For Q / P applies; price and quality are just as important, 1% more Q may 1% more P 'cost'. To be able to apply a weighting in case quality is more important than price (e.g. 1% more Q may cost 2% more P) or vice versa, N has been included in the formula. The difference between the quotation with the best quality and the quality of another quotation ("i") is multiplied by a factor N. N = weight quality / weight price. In case price and quality are equally important, then N = 1. But if price is 4 times more important, then N = 0.25 (20%/80% = 0.25). In general: if price is more important, then N < 1 applies, if quality is more important, then N > 1 applies.

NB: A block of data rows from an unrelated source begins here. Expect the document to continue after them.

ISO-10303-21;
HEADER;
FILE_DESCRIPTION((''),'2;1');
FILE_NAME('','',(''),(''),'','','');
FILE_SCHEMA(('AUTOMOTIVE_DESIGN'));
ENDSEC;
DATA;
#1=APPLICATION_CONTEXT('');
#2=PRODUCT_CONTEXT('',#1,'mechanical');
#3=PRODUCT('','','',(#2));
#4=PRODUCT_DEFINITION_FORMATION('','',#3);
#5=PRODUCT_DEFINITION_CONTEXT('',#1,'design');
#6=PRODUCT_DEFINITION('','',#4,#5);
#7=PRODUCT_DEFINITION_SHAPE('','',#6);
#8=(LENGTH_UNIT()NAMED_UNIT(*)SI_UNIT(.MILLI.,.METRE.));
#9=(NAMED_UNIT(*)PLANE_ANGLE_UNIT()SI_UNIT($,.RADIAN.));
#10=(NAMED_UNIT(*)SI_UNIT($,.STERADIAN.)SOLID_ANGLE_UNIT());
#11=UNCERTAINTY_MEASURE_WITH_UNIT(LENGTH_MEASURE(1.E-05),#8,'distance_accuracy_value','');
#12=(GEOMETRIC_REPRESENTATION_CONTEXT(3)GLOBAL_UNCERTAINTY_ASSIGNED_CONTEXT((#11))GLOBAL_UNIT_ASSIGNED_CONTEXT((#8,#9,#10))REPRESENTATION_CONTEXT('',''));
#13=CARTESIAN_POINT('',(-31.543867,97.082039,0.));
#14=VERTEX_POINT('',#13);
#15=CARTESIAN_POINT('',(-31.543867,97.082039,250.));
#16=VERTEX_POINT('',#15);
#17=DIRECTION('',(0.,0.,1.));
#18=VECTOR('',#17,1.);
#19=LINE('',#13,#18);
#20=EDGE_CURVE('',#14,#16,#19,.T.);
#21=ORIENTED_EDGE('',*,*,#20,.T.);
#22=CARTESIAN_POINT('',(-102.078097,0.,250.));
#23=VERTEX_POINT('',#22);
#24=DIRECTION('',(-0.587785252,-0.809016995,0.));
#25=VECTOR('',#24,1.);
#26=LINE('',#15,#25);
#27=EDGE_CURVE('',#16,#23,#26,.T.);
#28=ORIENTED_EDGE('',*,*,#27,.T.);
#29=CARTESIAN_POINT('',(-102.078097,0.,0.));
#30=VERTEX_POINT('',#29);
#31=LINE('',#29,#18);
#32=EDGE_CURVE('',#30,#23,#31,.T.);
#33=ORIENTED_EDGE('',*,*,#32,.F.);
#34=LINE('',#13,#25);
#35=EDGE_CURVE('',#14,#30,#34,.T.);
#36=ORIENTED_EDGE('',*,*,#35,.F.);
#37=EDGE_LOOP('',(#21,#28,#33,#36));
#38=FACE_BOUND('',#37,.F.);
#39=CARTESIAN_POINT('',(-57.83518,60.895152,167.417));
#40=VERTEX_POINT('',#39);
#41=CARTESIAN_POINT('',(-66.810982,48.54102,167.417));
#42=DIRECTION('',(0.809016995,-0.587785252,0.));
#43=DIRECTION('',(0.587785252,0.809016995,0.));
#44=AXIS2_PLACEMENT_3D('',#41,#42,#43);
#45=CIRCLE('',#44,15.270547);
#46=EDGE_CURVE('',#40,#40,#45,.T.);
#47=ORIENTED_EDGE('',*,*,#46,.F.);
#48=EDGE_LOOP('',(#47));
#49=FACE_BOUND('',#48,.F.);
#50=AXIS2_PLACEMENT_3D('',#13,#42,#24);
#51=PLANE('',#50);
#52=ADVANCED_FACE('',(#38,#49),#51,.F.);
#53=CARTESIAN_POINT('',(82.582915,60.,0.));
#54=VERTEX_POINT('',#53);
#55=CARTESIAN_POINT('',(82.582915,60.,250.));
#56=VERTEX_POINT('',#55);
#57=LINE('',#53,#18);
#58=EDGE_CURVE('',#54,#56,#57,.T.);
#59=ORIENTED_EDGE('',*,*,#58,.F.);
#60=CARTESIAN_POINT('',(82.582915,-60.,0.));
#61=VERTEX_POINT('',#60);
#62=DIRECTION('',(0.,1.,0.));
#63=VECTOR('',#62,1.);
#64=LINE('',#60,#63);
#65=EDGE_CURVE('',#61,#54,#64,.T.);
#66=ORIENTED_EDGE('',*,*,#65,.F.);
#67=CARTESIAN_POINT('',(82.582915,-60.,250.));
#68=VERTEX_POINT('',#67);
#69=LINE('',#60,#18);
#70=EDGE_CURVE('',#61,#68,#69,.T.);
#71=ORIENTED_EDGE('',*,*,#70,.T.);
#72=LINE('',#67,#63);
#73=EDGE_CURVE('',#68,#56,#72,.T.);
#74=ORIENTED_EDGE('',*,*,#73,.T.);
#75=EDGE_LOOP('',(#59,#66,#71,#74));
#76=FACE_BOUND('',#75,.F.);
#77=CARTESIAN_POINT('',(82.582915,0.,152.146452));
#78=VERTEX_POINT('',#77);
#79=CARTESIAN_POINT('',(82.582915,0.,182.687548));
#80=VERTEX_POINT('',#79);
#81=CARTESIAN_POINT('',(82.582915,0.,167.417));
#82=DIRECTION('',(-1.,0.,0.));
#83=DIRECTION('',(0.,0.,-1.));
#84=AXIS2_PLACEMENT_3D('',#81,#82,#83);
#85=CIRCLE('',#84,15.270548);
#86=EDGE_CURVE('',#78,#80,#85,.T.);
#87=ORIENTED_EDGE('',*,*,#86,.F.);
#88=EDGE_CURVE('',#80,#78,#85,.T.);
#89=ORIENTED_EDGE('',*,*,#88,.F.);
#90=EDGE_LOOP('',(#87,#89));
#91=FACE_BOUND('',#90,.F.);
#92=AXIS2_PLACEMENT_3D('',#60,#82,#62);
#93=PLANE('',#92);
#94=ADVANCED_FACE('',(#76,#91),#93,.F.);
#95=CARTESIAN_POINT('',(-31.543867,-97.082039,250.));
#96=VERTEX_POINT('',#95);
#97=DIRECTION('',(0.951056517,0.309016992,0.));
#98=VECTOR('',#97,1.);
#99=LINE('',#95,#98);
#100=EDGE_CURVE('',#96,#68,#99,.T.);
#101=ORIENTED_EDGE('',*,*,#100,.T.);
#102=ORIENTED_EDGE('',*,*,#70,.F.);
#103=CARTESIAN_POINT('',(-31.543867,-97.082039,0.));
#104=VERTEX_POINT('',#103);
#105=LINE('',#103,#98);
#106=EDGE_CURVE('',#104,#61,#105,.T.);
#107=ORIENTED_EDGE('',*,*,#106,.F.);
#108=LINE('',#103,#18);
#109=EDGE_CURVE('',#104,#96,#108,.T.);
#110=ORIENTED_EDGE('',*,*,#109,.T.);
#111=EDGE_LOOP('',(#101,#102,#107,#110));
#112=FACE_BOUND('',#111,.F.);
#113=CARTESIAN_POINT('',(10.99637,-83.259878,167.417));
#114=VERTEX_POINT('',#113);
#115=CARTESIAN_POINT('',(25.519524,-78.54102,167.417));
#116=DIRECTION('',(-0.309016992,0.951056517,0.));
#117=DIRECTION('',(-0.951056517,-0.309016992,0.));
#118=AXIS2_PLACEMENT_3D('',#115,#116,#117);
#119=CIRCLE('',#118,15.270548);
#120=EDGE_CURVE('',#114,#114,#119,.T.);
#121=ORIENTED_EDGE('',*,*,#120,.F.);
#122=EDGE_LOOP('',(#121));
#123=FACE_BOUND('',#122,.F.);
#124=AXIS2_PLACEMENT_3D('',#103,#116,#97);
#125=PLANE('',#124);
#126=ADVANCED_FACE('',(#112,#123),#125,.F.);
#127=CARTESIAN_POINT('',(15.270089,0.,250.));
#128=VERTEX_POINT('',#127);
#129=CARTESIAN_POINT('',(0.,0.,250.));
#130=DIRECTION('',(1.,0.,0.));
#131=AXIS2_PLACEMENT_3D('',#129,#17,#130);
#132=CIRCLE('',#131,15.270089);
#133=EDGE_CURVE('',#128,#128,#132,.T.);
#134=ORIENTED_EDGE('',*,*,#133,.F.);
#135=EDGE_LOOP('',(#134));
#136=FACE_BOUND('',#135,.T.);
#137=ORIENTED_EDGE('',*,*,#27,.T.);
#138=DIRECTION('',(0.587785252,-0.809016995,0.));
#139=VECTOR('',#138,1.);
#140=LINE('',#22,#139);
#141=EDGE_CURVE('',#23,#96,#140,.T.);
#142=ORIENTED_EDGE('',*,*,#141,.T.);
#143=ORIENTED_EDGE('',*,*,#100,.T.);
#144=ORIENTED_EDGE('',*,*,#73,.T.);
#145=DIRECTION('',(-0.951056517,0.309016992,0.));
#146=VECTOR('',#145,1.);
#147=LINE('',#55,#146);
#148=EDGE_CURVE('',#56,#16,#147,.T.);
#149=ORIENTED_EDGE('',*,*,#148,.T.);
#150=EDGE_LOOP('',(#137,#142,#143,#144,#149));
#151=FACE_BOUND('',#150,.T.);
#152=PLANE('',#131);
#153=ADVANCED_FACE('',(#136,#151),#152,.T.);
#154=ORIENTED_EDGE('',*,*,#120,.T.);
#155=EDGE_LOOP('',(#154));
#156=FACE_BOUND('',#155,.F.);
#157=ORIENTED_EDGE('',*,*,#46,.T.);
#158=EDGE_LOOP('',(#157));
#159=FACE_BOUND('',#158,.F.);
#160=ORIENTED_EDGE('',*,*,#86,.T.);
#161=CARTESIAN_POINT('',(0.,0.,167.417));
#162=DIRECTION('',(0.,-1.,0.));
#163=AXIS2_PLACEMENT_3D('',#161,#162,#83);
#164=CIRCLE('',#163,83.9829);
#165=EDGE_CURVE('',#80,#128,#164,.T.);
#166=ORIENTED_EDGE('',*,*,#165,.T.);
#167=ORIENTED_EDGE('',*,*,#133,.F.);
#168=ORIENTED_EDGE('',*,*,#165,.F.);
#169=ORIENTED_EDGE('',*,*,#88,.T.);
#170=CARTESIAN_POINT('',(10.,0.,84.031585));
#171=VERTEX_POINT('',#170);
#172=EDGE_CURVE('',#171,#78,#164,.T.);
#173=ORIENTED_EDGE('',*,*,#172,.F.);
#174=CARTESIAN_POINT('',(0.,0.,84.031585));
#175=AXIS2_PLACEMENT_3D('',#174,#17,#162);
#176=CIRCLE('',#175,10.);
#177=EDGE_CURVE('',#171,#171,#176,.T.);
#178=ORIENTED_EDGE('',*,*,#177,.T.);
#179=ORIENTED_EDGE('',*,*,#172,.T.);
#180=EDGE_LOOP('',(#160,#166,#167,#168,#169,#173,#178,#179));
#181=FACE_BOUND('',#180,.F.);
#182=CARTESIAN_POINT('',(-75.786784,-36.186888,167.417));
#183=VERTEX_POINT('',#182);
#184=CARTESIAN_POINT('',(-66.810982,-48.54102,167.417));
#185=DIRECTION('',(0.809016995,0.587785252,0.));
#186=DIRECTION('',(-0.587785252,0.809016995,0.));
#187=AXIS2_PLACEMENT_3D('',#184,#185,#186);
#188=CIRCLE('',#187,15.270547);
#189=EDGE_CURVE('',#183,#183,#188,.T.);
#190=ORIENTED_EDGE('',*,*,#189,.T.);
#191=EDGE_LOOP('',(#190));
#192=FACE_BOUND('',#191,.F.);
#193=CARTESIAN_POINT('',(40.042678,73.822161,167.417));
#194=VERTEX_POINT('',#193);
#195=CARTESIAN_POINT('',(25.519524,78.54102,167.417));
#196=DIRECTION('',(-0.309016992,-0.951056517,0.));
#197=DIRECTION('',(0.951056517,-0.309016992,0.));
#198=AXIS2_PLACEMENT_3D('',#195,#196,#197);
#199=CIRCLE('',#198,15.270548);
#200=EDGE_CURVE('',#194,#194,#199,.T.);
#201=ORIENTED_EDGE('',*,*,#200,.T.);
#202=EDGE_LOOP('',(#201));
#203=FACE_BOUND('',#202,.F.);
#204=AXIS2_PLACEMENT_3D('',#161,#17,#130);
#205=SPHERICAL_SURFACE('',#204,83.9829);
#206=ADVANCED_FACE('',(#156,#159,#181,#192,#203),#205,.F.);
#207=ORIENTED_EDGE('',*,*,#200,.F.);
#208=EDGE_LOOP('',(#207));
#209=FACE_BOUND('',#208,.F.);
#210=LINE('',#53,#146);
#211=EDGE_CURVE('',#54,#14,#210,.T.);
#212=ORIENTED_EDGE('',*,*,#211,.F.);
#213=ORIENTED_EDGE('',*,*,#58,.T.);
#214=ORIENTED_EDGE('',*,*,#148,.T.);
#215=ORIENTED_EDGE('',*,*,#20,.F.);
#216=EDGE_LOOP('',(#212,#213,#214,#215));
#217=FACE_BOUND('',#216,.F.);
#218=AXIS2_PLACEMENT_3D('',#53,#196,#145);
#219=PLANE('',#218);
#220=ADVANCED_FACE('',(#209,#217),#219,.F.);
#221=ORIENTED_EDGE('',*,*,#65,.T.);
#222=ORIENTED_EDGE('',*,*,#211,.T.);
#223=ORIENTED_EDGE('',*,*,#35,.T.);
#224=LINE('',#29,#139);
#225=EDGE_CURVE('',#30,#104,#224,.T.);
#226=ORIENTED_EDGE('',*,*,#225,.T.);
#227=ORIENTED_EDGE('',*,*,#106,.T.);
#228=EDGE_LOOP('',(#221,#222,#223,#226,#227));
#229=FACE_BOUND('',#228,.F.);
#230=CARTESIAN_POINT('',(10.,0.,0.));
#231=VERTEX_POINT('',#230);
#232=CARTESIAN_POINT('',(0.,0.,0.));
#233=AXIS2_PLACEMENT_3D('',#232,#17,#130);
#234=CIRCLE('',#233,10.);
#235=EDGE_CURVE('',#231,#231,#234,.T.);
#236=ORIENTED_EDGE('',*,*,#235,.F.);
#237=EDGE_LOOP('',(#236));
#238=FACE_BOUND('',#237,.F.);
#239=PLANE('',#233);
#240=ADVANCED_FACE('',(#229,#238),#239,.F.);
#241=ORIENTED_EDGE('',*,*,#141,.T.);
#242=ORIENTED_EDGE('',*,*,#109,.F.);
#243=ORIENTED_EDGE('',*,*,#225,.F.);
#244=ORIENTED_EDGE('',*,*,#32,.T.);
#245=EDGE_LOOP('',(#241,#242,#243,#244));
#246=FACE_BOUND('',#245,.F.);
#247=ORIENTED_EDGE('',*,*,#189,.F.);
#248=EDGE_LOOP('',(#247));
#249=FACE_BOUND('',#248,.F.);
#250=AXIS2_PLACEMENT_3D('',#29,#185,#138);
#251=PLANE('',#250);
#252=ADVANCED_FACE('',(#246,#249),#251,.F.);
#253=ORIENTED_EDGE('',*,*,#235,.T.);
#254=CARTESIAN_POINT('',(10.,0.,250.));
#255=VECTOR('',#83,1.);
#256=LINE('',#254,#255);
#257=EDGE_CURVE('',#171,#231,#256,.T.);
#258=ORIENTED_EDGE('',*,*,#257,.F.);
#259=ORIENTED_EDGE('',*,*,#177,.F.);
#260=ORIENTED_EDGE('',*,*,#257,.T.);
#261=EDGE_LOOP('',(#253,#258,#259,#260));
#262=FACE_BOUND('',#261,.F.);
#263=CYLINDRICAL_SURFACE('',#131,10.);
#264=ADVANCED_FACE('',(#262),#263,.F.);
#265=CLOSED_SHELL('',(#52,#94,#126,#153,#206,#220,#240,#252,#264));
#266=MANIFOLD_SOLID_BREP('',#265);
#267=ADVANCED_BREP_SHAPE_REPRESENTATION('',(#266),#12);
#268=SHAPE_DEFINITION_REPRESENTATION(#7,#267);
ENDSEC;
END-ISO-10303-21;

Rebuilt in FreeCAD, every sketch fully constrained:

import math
import FreeCAD as App
import Part
import Sketcher
from FreeCAD import Vector
Q = App.Units.Quantity


def add_polygon(sketch, points):
    """Adds a closed chain of lines whose ends are joined by coincident constraints."""
    first, n = sketch.GeometryCount, len(points)
    for a, b in zip(points, points[1:] + points[:1]):
        sketch.addGeometry(Part.LineSegment(App.Vector(*a, 0), App.Vector(*b, 0)), False)
    for i in range(n):
        sketch.addConstraint(Sketcher.Constraint("Coincident", first + i, 2, first + (i + 1) % n, 1))

doc = App.newDocument("Part")
body = doc.addObject("PartDesign::Body", "Body")

sketch1 = body.newObject("Sketcher::SketchObject", "Sketch")
sketch1.AttachmentSupport = (doc.getObject("XZ_Plane"), [""])
sketch1.MapMode = "FlatFace"
sketch1.addGeometry(Part.ArcOfCircle(Part.Circle(Vector(0, 167, 0), Vector(0, 0, 1), 84), math.radians(-90), math.radians(90)), False)
sketch1.addGeometry(Part.LineSegment(Vector(0, 251, 0), Vector(0, 83, 0)), False)
sketch1.addConstraint(Sketcher.Constraint("Coincident", 0, 1, 1, 2))
sketch1.addConstraint(Sketcher.Constraint("Coincident", 1, 1, 0, 2))
sketch1.addConstraint(Sketcher.Constraint("Vertical", 1))
sketch1.addConstraint(Sketcher.Constraint("PointOnObject", 0, 3, -2))
sketch1.addConstraint(Sketcher.Constraint("PointOnObject", 0, 1, -2))
sketch1.addConstraint(Sketcher.Constraint("Radius", 0, Q("83.9829 mm")))
sketch1.addConstraint(Sketcher.Constraint("DistanceY", -1, 1, 0, 3, Q("167.417 mm")))
revolution = body.newObject("PartDesign::Revolution", "Revolution")
revolution.Profile = sketch1
revolution.ReferenceAxis = (sketch1, ["V_Axis"])
revolution.Angle = 360
body2 = doc.addObject("PartDesign::Body", "Body001")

Multiply index by lowest price (×Pbest)

A second adjustment (irrelevant for the result) has been made to give the result UI a meaningful value. Because of this adjustment the maximum UI is 100%. This is obtained when an offer has the highest quality and the lowest price. The adjustment is to multiply the Q/P value by the price of the offer with the lowest price. Note that this does not make the formula "relative" to the lowest price (because all U's are multiplied with this same value).

Important

The quotation with the highest U, a value greater than 0% and up to 100%, is the winning quotation. 

Full ranking: From U to Price Deficient

On the determination of the highest U, a second step follows: determining the ranking of the other bids. Because the UI can potentially become negative at a high weight of quality (> 50%), the ranking of all UI's does not give a correct representation; Example how (1 - (Qbest - Qi) x N ) becomes negative: 1 - ( 0.9 - 0.5 ) x 4 = 1 - 1.6 = - 0.6 

Important

That's why we look at how many euros each quote would have to drop in price (Price deficiency) to score equal to the winning quote. The lower the price shortfall, the better the quotation. This is graphically shown below.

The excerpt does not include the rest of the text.